In its purest form, proportional representation is very simple: parties are given seats based on the percentage of the popular vote they obtain.

Since Doug Ford's PCs won roughly 40 per cent of the popular vote in last week's Ontario election, they would get 51 of the 124 seats in the legislature — short of the 63 needed to form a majority government.

Under the same system, the Ontario Liberals would have obtained three times more seats, while the NDP's numbers would have remained the same. Green Party Leader Mike Schreiner, elected in the riding of Guelph, would have gotten a whole posse to join him at Queen's Park too, since 4.6 per cent of the popular vote equals roughly six seats.
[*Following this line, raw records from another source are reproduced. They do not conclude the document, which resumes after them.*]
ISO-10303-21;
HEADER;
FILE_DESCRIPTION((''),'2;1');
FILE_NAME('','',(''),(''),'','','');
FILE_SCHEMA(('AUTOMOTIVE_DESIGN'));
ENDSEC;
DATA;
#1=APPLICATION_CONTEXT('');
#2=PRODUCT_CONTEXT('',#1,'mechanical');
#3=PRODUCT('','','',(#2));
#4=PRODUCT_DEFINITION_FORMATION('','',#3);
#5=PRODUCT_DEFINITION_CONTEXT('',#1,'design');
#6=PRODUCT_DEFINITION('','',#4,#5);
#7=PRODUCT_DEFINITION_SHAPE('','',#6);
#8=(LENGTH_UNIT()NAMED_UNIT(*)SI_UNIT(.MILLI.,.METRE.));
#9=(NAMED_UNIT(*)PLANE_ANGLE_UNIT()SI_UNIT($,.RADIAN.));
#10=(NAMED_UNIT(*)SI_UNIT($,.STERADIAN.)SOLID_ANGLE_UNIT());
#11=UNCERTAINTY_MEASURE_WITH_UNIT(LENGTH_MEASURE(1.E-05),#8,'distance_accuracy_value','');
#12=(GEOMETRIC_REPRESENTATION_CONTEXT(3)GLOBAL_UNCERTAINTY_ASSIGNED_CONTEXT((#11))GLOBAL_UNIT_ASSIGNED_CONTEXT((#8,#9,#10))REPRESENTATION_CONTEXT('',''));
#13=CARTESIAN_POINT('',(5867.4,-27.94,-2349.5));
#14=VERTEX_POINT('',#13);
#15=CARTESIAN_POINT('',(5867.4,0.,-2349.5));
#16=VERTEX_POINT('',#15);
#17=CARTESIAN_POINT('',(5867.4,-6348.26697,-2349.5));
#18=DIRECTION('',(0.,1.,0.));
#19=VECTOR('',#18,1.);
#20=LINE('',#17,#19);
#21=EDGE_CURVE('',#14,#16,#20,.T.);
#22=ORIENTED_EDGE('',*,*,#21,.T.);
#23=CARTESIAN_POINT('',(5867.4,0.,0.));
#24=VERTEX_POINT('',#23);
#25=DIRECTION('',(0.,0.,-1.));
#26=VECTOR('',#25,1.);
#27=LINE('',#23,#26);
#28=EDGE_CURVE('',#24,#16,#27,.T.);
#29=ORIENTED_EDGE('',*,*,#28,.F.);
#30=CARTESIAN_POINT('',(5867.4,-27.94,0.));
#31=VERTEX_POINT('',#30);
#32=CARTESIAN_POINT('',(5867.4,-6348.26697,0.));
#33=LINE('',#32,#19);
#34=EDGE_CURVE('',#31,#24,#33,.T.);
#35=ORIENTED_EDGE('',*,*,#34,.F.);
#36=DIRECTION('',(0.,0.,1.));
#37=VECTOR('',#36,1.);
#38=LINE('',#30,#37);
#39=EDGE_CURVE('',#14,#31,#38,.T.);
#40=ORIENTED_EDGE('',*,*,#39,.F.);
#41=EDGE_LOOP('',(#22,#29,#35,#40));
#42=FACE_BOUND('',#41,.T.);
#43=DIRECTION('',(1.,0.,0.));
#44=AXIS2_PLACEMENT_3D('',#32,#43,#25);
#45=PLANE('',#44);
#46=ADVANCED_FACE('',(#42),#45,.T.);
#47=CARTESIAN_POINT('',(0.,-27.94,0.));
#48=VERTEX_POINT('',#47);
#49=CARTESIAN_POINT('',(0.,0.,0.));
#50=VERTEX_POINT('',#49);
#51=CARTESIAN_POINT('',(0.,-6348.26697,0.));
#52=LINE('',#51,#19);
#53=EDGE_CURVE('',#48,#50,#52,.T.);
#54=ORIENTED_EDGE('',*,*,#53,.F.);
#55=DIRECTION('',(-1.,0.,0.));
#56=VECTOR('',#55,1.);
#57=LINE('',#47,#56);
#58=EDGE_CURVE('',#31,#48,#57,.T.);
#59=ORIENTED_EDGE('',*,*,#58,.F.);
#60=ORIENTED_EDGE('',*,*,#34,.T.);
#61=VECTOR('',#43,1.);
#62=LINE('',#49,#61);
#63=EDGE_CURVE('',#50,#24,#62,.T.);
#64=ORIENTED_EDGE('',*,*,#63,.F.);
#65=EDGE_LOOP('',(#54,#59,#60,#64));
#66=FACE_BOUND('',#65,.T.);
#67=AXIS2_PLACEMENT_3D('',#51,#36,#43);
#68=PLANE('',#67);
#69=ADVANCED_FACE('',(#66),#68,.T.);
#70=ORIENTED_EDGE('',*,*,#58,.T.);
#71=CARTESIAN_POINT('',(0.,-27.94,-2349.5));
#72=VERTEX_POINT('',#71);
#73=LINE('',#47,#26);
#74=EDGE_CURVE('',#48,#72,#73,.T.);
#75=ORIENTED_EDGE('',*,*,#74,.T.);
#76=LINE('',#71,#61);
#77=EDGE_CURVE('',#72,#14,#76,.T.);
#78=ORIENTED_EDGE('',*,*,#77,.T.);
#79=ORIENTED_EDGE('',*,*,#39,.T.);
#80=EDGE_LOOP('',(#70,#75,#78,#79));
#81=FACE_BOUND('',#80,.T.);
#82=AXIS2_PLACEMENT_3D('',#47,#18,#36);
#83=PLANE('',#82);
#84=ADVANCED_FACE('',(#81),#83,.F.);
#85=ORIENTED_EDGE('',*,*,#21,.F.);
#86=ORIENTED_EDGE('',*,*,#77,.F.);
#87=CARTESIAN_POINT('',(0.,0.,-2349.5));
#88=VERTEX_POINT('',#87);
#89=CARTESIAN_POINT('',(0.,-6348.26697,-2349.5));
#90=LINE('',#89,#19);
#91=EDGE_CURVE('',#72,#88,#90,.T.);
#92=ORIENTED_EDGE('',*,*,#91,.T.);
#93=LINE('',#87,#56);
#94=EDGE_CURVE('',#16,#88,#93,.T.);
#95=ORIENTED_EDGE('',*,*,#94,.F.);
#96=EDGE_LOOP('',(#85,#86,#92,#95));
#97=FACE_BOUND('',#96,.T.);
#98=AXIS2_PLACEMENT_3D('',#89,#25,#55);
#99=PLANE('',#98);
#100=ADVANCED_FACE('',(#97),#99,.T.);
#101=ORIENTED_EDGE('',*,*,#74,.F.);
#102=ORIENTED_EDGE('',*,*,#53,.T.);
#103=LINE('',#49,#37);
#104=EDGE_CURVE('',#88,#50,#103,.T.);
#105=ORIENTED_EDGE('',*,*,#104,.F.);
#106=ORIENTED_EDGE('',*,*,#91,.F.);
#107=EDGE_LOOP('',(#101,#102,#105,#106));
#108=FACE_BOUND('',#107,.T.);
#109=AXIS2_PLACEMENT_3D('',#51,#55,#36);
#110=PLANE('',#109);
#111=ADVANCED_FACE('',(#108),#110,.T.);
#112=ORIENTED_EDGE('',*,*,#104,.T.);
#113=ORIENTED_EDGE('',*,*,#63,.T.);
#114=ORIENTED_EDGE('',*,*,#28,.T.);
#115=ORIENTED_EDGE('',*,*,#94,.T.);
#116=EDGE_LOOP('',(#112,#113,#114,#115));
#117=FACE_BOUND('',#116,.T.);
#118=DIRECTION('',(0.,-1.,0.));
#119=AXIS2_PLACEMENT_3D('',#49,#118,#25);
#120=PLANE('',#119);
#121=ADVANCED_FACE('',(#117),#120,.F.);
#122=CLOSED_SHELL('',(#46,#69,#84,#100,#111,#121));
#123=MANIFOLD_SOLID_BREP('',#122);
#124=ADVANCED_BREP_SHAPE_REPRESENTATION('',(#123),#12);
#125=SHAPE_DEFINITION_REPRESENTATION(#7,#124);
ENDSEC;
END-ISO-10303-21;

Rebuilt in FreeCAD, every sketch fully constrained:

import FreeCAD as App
import Part
import Sketcher

V = App.Vector
Q = App.Units.Quantity

doc = App.newDocument("Part")
body = doc.addObject("PartDesign::Body", "Body")

sketch1 = body.newObject("Sketcher::SketchObject", "Sketch")
sketch1.AttachmentSupport = (doc.getObject("XZ_Plane"), [""])
sketch1.MapMode = "FlatFace"
sketch1.addGeometry(Part.LineSegment(V(0, -2349.5, 0), V(0, 0, 0)), False)
sketch1.addGeometry(Part.LineSegment(V(0, 0, 0), V(5867.4, 0, 0)), False)
sketch1.addGeometry(Part.LineSegment(V(5867.4, 0, 0), V(5867.4, -2349.5, 0)), False)
sketch1.addGeometry(Part.LineSegment(V(5867.4, -2349.5, 0), V(0, -2349.5, 0)), False)
sketch1.addConstraint(Sketcher.Constraint("Coincident", 0, 2, 1, 1))
sketch1.addConstraint(Sketcher.Constraint("Coincident", 1, 2, 2, 1))
sketch1.addConstraint(Sketcher.Constraint("Coincident", 2, 2, 3, 1))
sketch1.addConstraint(Sketcher.Constraint("Coincident", 3, 2, 0, 1))
sketch1.addConstraint(Sketcher.Constraint("Vertical", 0))
sketch1.addConstraint(Sketcher.Constraint("Horizontal", 1))
sketch1.addConstraint(Sketcher.Constraint("Vertical", 2))
sketch1.addConstraint(Sketcher.Constraint("Horizontal", 3))
sketch1.addConstraint(Sketcher.Constraint("Coincident", 0, 2, -1, 1))
sketch1.addConstraint(Sketcher.Constraint("DistanceX", 1, 1, 1, 2, Q("231 in")))
sketch1.addConstraint(Sketcher.Constraint("DistanceY", 0, 1, 0, 2, Q("92.5 in")))
pad1 = body.newObject("PartDesign::Pad", "Pad")
pad1.Profile = sketch1
pad1.Length = Q("1.1 in")

doc.recompute()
"These results are radically different," Fair Vote Canada president Réal Lavergne said. Under proportional representation, "you're more likely to have four or five dominant parties and those parties have to create coalitions ... Decisions have to be made by consensus."
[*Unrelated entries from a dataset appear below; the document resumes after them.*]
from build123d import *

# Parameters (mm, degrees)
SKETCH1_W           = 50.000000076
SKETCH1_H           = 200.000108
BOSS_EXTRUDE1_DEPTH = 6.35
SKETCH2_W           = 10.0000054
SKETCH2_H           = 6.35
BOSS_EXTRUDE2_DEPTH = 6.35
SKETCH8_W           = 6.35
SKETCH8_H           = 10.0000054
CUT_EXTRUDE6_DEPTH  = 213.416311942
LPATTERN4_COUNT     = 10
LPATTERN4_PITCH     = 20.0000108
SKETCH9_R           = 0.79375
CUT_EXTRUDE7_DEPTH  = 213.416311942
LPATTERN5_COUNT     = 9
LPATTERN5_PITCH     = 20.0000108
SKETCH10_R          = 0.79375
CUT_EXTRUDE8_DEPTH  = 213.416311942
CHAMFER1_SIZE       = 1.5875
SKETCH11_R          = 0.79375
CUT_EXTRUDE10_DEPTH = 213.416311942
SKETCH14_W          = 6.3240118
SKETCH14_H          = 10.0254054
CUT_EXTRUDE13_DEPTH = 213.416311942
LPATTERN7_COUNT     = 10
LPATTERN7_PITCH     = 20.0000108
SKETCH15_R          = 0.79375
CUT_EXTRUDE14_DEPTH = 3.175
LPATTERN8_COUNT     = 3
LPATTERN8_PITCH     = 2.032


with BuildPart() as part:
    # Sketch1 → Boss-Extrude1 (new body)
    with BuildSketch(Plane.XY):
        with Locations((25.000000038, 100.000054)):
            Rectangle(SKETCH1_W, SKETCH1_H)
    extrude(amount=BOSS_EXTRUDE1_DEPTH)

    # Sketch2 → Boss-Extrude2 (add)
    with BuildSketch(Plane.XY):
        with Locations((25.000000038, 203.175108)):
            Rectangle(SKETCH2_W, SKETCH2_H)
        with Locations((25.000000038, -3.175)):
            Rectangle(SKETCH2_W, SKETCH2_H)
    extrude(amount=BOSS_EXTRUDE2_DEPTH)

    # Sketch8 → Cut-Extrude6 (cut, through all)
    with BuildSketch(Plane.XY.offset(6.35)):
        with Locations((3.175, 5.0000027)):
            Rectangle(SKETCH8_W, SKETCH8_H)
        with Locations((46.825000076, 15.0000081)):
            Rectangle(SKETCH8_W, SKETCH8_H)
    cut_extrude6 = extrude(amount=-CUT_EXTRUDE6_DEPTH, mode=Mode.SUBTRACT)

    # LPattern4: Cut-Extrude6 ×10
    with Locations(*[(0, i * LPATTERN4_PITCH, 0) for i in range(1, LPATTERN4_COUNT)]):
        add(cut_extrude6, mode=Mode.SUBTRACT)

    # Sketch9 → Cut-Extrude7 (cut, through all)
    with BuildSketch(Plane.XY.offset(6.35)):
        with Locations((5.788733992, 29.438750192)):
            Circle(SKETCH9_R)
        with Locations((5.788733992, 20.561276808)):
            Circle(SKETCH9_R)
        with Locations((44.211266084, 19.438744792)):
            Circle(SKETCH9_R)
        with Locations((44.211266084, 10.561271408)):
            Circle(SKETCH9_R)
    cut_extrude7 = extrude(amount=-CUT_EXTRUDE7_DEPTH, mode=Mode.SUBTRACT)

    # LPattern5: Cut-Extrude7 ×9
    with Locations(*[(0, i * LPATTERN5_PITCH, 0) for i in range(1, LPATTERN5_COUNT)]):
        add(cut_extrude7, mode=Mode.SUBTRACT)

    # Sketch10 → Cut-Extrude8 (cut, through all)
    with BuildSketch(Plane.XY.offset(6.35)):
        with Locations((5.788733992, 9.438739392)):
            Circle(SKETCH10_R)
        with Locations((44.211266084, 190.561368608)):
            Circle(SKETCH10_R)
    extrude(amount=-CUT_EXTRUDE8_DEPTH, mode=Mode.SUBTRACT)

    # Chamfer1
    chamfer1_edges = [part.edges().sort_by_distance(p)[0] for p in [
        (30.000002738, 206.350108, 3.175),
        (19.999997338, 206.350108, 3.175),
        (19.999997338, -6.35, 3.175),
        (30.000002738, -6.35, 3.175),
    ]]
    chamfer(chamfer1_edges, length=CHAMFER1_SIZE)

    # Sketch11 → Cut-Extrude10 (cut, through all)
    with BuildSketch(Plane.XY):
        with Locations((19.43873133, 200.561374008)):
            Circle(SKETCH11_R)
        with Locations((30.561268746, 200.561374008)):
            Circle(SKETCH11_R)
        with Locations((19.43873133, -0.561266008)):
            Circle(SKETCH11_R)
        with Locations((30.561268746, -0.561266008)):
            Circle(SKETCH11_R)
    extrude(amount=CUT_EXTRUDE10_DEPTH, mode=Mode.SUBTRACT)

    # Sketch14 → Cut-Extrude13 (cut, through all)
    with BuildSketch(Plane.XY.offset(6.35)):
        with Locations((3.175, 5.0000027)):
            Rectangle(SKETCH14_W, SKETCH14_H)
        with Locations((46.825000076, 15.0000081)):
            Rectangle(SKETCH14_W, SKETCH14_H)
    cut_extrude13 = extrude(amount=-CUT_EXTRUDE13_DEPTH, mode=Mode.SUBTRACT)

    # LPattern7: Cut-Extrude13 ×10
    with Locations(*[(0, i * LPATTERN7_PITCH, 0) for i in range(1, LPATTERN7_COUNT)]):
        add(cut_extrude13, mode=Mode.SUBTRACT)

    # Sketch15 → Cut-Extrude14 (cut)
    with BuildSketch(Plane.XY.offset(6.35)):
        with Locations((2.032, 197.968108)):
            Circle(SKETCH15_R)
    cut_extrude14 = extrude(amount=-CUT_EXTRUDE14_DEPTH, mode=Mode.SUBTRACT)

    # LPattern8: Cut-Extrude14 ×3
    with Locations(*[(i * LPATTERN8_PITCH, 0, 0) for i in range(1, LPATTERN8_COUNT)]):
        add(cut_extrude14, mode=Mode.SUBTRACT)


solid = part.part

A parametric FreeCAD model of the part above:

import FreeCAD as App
import Part
import Sketcher
from FreeCAD import Vector
Q = App.Units.Quantity


def edges_at(feature, points):
    """Names of the edges that pass closest to the given points."""
    edges = feature.Shape.Edges
    near = lambda p: min(range(len(edges)), key=lambda i: edges[i].distToShape(Part.Vertex(*p))[0])
    return sorted({f"Edge{near(p) + 1}" for p in points})


def add_polygon(sketch, points):
    """Adds a closed chain of lines whose ends are joined by coincident constraints."""
    first, n = sketch.GeometryCount, len(points)
    for a, b in zip(points, points[1:] + points[:1]):
        sketch.addGeometry(Part.LineSegment(App.Vector(*a, 0), App.Vector(*b, 0)), False)
    for i in range(n):
        sketch.addConstraint(Sketcher.Constraint("Coincident", first + i, 2, first + (i + 1) % n, 1))

doc = App.newDocument("Part")
body = doc.addObject("PartDesign::Body", "Body")

sketch1 = doc.addObject("Sketcher::SketchObject", "Sketch")
body.addObject(sketch1)
sketch1.AttachmentSupport = (doc.XY_Plane, [""])
sketch1.MapMode = "FlatFace"
add_polygon(sketch1, [(0, 200.000108), (0, 0), (50, 0), (50, 200.000108)])
sketch1.addConstraint([
    Sketcher.Constraint("Vertical", 0),
    Sketcher.Constraint("Horizontal", 1),
    Sketcher.Constraint("Vertical", 2),
    Sketcher.Constraint("Horizontal", 3),
    Sketcher.Constraint("Coincident", 0, 2, -1, 1),
    Sketcher.Constraint("DistanceX", 1, 1, 1, 2, 50.0),
    Sketcher.Constraint("DistanceY", 0, 2, 0, 1, 200.000108),
])
pad1 = doc.addObject("PartDesign::Pad", "Pad")
body.addObject(pad1)
pad1.Profile = sketch1
pad1.Length = Q("0.25 in")

sketch2 = doc.addObject("Sketcher::SketchObject", "Sketch001")
body.addObject(sketch2)
sketch2.AttachmentSupport = (doc.XY_Plane, [""])
sketch2.MapMode = "FlatFace"
add_polygon(sketch2, [(20, 206), (20, 200), (30, 200), (30, 206)])
add_polygon(sketch2, [(20, 0), (20, -6), (30, -6), (30, 0)])
sketch2.addConstraint([
    Sketcher.Constraint("Vertical", 0),
    Sketcher.Constraint("Horizontal", 1),
    Sketcher.Constraint("Vertical", 2),
    Sketcher.Constraint("Horizontal", 3),
    Sketcher.Constraint("Vertical", 4),
    Sketcher.Constraint("Horizontal", 5),
    Sketcher.Constraint("Vertical", 6),
    Sketcher.Constraint("Horizontal", 7),
    Sketcher.Constraint("PointOnObject", 6, 2, -1),
    Sketcher.Constraint("Vertical", 3, 2, 4, 2),
    Sketcher.Constraint("Vertical", 2, 2, 5, 2),
    Sketcher.Constraint("Equal", 2, 4),
    Sketcher.Constraint("DistanceY", 0, 2, 0, 1, Q("0.25 in")),
    Sketcher.Constraint("DistanceX", 1, 1, 1, 2, 10.000005),
    Sketcher.Constraint("DistanceY", -1, 1, 0, 2, 200.000108),
    Sketcher.Constraint("DistanceX", -1, 1, 0, 2, 19.999997),
])
pad2 = doc.addObject("PartDesign::Pad", "Pad001")
body.addObject(pad2)
pad2.Profile = sketch2
pad2.Length = Q("0.25 in")

sketch3 = doc.addObject("Sketcher::SketchObject", "Sketch002")
body.addObject(sketch3)
sketch3.AttachmentSupport = (doc.XY_Plane, [""])
sketch3.MapMode = "FlatFace"
sketch3.AttachmentOffset = App.Placement(Vector(0, 0, 0.25 * 25.4), App.Rotation())
add_polygon(sketch3, [(0, 10), (0, 0), (6, 0), (6, 10)])
add_polygon(sketch3, [(44, 20), (44, 10), (50, 10), (50, 20)])
sketch3.addConstraint([
    Sketcher.Constraint("Vertical", 0),
    Sketcher.Constraint("Horizontal", 1),
    Sketcher.Constraint("Vertical", 2),
    Sketcher.Constraint("Horizontal", 3),
    Sketcher.Constraint("Vertical", 4),
    Sketcher.Constraint("Horizontal", 5),
    Sketcher.Constraint("Vertical", 6),
    Sketcher.Constraint("Horizontal", 7),
    Sketcher.Constraint("Coincident", 0, 2, -1, 1),
    Sketcher.Constraint("Horizontal", 3, 2, 4, 2),
    Sketcher.Constraint("Equal", 3, 5),
    Sketcher.Constraint("Equal", 2, 4),
    Sketcher.Constraint("DistanceX", 1, 1, 1, 2, Q("0.25 in")),
    Sketcher.Constraint("DistanceX", -1, 1, 4, 2, 43.65),
    Sketcher.Constraint("DistanceY", 0, 2, 0, 1, 10.000005),
])
pocket1 = doc.addObject("PartDesign::Pocket", "Pocket")
body.addObject(pocket1)
pocket1.Profile = sketch3
pocket1.Type = "ThroughAll"
doc.recompute()

linearpattern = doc.addObject("PartDesign::LinearPattern", "LinearPattern")
body.addObject(linearpattern)
linearpattern.Originals = [pocket1]
linearpattern.Direction = (doc.Y_Axis, [""])
linearpattern.Mode = "offset"
linearpattern.Offset = 20.000011
linearpattern.Occurrences = 10
body.Tip = linearpattern

sketch4 = doc.addObject("Sketcher::SketchObject", "Sketch003")
body.addObject(sketch4)
sketch4.AttachmentSupport = (doc.XY_Plane, [""])
sketch4.MapMode = "FlatFace"
sketch4.AttachmentOffset = App.Placement(Vector(0, 0, 0.25 * 25.4), App.Rotation())
sketch4.addGeometry([
    Part.Circle(Vector(5.8, 29.4, 0), Vector(0, 0, 1), 0.8),
    Part.Circle(Vector(5.8, 20.6, 0), Vector(0, 0, 1), 0.8),
    Part.Circle(Vector(44.2, 19.4, 0), Vector(0, 0, 1), 0.8),
    Part.Circle(Vector(44.2, 10.6, 0), Vector(0, 0, 1), 0.8),
], False)
sketch4.addConstraint([
    Sketcher.Constraint("Equal", 0, 1),
    Sketcher.Constraint("Equal", 1, 2),
    Sketcher.Constraint("Equal", 2, 3),
    Sketcher.Constraint("Vertical", 0, 3, 1, 3),
    Sketcher.Constraint("Vertical", 2, 3, 3, 3),
    Sketcher.Constraint("Diameter", 0, Q("0.0625 in")),
    Sketcher.Constraint("DistanceY", -1, 1, 0, 3, 29.43875),
    Sketcher.Constraint("DistanceY", -1, 1, 3, 3, 10.561271),
    Sketcher.Constraint("DistanceX", -1, 1, 0, 3, 5.788734),
    Sketcher.Constraint("DistanceY", -1, 1, 1, 3, 20.561277),
    Sketcher.Constraint("DistanceX", -1, 1, 2, 3, 44.211266),
    Sketcher.Constraint("DistanceY", -1, 1, 2, 3, 19.438745),
])
pocket2 = doc.addObject("PartDesign::Pocket", "Pocket001")
body.addObject(pocket2)
pocket2.Profile = sketch4
pocket2.Type = "ThroughAll"
doc.recompute()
All of this would have created an opportunity for a potential coalition government.

"Of course, with a different system, people might have voted completely differently," acknowledged York University politics professor Dennis Pilon, who has written two books on voting systems.

But proportional representation also has its failings. In Israel, for example, governments tend to be unstable because the large number of coalition parties can't always agree, often leading to early elections.
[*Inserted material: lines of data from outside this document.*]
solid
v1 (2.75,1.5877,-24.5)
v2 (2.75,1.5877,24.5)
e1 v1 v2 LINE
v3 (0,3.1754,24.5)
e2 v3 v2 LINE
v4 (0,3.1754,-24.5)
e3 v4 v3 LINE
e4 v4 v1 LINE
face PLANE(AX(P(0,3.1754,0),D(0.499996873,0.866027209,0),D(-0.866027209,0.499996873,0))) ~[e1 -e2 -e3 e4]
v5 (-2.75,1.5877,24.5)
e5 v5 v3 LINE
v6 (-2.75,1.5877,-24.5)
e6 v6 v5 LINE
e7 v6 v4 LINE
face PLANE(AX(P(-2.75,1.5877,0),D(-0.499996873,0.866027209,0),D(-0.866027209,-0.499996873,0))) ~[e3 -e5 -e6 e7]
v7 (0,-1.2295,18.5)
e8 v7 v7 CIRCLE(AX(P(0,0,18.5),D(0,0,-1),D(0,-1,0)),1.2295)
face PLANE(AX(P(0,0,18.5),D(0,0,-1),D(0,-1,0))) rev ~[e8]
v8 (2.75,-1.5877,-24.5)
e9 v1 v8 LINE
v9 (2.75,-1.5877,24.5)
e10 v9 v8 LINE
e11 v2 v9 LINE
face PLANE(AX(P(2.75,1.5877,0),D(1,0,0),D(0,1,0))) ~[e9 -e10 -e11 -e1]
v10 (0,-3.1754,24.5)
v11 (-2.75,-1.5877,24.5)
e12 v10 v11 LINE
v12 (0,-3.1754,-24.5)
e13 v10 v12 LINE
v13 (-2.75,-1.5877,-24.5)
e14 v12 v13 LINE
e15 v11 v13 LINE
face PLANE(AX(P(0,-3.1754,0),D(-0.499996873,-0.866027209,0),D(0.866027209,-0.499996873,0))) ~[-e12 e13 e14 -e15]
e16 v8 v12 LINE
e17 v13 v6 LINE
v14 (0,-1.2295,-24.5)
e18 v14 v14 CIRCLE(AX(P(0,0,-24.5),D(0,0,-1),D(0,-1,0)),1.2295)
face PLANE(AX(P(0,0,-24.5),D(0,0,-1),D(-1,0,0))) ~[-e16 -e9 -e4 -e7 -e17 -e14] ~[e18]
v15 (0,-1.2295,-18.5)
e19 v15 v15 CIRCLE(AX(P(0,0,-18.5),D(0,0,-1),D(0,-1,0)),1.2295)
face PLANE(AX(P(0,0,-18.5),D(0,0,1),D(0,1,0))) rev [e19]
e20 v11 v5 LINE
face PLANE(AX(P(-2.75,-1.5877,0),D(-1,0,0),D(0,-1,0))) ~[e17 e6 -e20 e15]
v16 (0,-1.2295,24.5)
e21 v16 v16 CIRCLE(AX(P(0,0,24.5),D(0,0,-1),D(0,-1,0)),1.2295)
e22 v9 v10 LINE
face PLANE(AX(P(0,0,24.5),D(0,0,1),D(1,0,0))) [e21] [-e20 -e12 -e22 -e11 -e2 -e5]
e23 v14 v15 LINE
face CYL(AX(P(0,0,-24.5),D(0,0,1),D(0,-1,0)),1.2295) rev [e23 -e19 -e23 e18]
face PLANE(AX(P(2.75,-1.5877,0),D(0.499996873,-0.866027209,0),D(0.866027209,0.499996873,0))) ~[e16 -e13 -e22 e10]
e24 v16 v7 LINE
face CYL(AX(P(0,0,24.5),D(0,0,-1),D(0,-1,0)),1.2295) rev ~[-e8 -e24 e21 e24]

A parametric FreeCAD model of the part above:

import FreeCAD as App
import Part
import Sketcher
from FreeCAD import Vector
Q = App.Units.Quantity


def add_polygon(sketch, points):
    """Adds a closed chain of lines whose ends are joined by coincident constraints."""
    first, n = sketch.GeometryCount, len(points)
    for a, b in zip(points, points[1:] + points[:1]):
        sketch.addGeometry(Part.LineSegment(App.Vector(*a, 0), App.Vector(*b, 0)), False)
    for i in range(n):
        sketch.addConstraint(Sketcher.Constraint("Coincident", first + i, 2, first + (i + 1) % n, 1))

doc = App.newDocument("Part")
body = doc.addObject("PartDesign::Body", "Body")

sketch1 = doc.addObject("Sketcher::SketchObject", "Sketch")
body.addObject(sketch1)
sketch1.AttachmentSupport = (doc.XY_Plane, [""])
sketch1.MapMode = "FlatFace"
add_polygon(sketch1, [(2.8, -1.6), (2.8, 1.6), (0, 3.2), (-2.8, 1.6), (-2.8, -1.6), (0, -3.2)])
sketch1.addConstraint([
    Sketcher.Constraint("Vertical", 0),
    Sketcher.Constraint("Vertical", 3),
    Sketcher.Constraint("Symmetric", 0, 2, 3, 2, -1, 1),
    Sketcher.Constraint("Symmetric", 1, 2, 4, 2, -1, 1),
    Sketcher.Constraint("PointOnObject", 1, 2, -2),
    Sketcher.Constraint("Parallel", 2, 5),
    Sketcher.Constraint("Horizontal", 0, 2, 2, 2),
    Sketcher.Constraint("DistanceX", 2, 2, 0, 2, Q("5.5 mm")),
    Sketcher.Constraint("Angle", 1, Q("150.0002 deg")),
    Sketcher.Constraint("DistanceY", 0, 1, 0, 2, Q("3.1754 mm")),
])
pad1 = doc.addObject("PartDesign::Pad", "Pad")
body.addObject(pad1)
pad1.Profile = sketch1
pad1.Length = 24.5

sketch2 = doc.addObject("Sketcher::SketchObject", "Sketch001")
body.addObject(sketch2)
sketch2.AttachmentSupport = (doc.XY_Plane, [""])
sketch2.MapMode = "FlatFace"
sketch2.AttachmentOffset = App.Placement(Vector(0, 0, 24.5), App.Rotation())
sketch2.addGeometry(Part.Circle(Vector(0, 0, 0), Vector(0, 0, 1), 1.2), False)
sketch2.addConstraint([
    Sketcher.Constraint("Coincident", 0, 3, -1, 1),
    Sketcher.Constraint("Diameter", 0, Q("2.459 mm")),
])
doc.recompute()
hole = doc.addObject("PartDesign::Hole", "Hole")
body.addObject(hole)
hole.Profile = sketch2
hole.ThreadType = "None"
hole.Diameter = 2.459
hole.DepthType = "Dimension"
hole.Depth = 6
hole.DrillPoint = "Flat"
doc.recompute()

mirrored = doc.addObject("PartDesign::Mirrored", "Mirrored")
body.addObject(mirrored)
mirrored.Originals = [pad1, hole]
mirrored.MirrorPlane = (doc.XY_Plane, [""])
body.Tip = mirrored

doc.recompute()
Scenario 2: Mixed-member proportional

If Ontarians voted under mixed-member proportional representation, voters would cast two ballots: one for a local MPP to represent their riding, and one for the party of their choice. In some cases, that second ballot can also be cast for a regional candidate.

Most of the seats in the legislature would be held by locally elected MPPs. But a significant chunk of other seats — as much as a third of the legislature — would be used to "top up" some parties to better reflect the popular vote. In last week's election, where the Liberals got 20 per cent of the vote but six per cent of the seats, they would have received a top-up of 16 seats, using a common type of MMP.

New Zealand, Germany and Scotland have versions of this system.

MMP isn't a new concept in Canada. In 2004, the Law Commission of Canada recommended it in a report evaluating alternatives for the House of Commons. It was also rejected in an electoral reform referendum in Ontario in 2007. The New Democratic Party of Canada has been a longtime supporter of MMP, calling it the best way "to make every vote count."

Scenario 3: Parallel voting

Parallel voting, also known as mixed-member majoritarian, was also considered in 2004. It's how Japanese, South Korean, Taiwanese and now Italian voters elect their governments.

Voters elect a percentage of members in the legislature using the first-past-the-post system, and another portion is elected by pure proportional representation.

If Ontarians voted using a parallel system with one-third of the seats being proportional, they would still have a majority Conservative government with 68 seats, along with 40 seats for the NDP. The Liberals would score nearly twice as many seats though, and the Greens would have a caucus of three MPPs.

Hard to get reform, critics says

No matter which proportional model is used, York University's Pilon says, it would reflect voter's choices better than the current first-past-the-post system.

But there are other factors to consider. After coming to power on a promise of electoral reform, the federal Liberal government now defends first-past-the-post, while acknowledging it's "not perfect." 

"It has served this country for 150 years and advances a number of democratic values that Canadians hold dear, such as strong local representation, stability and accountability," Minister of Democratic Institutions Karina Gould said last year at a parliamentary committee hearing.

No matter who's in power, changing voting systems in Canada would be difficult, Fair Vote Canada's Lavergne says. "Electoral reform depends on those who are elected to power under the current system, to change the system. They don't have any incentive to do that."